→ **WORK TO COMPLETE**
Copy the records below word for word. Stop after the line that contains "v -7.875 -1.083 0".

-.-.-

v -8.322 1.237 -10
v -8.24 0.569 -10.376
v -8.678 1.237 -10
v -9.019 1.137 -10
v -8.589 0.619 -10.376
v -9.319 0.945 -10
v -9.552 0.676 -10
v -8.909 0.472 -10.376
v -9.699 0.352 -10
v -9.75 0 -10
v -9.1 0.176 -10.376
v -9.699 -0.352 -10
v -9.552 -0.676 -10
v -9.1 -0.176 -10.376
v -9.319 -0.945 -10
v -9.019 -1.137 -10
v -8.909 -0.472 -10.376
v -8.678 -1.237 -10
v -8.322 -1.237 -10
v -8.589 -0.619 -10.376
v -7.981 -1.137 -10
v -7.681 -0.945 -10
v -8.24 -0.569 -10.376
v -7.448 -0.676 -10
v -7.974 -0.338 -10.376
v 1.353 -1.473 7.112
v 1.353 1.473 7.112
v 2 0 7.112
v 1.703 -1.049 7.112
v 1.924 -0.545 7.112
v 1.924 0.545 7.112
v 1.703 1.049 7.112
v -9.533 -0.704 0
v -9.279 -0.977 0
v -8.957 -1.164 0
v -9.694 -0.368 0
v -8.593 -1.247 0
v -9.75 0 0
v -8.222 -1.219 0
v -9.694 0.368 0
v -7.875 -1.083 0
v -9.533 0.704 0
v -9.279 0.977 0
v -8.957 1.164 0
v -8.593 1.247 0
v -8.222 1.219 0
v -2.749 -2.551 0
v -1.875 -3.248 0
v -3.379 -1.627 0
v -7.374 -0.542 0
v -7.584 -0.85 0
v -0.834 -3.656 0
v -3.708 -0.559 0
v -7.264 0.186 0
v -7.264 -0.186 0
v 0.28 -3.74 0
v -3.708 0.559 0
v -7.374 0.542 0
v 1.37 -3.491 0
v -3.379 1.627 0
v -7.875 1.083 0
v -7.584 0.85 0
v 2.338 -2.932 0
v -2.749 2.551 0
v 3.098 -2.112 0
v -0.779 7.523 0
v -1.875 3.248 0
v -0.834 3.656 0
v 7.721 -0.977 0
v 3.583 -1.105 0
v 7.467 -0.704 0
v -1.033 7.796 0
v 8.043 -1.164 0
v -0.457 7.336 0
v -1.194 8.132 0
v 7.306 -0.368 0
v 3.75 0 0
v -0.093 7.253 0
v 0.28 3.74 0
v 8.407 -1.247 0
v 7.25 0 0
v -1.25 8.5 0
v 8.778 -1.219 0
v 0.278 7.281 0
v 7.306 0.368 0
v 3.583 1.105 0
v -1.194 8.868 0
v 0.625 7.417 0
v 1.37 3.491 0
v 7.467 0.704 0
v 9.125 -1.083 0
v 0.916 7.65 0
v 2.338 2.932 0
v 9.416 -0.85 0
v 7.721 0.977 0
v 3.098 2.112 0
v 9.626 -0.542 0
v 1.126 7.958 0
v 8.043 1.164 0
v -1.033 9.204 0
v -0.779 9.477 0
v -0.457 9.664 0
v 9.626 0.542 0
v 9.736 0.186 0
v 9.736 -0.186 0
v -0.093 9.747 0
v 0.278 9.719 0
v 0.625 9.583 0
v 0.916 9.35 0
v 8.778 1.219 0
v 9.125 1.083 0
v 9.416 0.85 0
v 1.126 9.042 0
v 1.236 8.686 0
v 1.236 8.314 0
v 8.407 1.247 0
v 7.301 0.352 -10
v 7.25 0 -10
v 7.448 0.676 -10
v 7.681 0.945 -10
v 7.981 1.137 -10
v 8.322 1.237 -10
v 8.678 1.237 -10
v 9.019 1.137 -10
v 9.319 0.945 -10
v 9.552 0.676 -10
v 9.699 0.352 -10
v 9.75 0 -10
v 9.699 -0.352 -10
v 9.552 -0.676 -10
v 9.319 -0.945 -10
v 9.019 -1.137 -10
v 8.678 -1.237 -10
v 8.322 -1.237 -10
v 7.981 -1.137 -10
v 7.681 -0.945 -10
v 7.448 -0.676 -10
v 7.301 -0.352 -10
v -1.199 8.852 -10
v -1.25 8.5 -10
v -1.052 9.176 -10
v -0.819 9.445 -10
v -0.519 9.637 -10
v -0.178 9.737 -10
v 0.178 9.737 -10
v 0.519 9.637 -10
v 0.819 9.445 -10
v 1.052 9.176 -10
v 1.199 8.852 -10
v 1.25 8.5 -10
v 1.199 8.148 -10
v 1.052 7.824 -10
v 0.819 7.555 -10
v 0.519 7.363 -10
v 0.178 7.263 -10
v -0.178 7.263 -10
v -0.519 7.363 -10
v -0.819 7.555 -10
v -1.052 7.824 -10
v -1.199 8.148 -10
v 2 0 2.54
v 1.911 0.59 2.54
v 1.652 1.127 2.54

-.-.-

→ **WRITTEN REPLY**
v -8.322 1.237 -10
v -8.24 0.569 -10.376
v -8.678 1.237 -10
v -9.019 1.137 -10
v -8.589 0.619 -10.376
v -9.319 0.945 -10
v -9.552 0.676 -10
v -8.909 0.472 -10.376
v -9.699 0.352 -10
v -9.75 0 -10
v -9.1 0.176 -10.376
v -9.699 -0.352 -10
v -9.552 -0.676 -10
v -9.1 -0.176 -10.376
v -9.319 -0.945 -10
v -9.019 -1.137 -10
v -8.909 -0.472 -10.376
v -8.678 -1.237 -10
v -8.322 -1.237 -10
v -8.589 -0.619 -10.376
v -7.981 -1.137 -10
v -7.681 -0.945 -10
v -8.24 -0.569 -10.376
v -7.448 -0.676 -10
v -7.974 -0.338 -10.376
v 1.353 -1.473 7.112
v 1.353 1.473 7.112
v 2 0 7.112
v 1.703 -1.049 7.112
v 1.924 -0.545 7.112
v 1.924 0.545 7.112
v 1.703 1.049 7.112
v -9.533 -0.704 0
v -9.279 -0.977 0
v -8.957 -1.164 0
v -9.694 -0.368 0
v -8.593 -1.247 0
v -9.75 0 0
v -8.222 -1.219 0
v -9.694 0.368 0
v -7.875 -1.083 0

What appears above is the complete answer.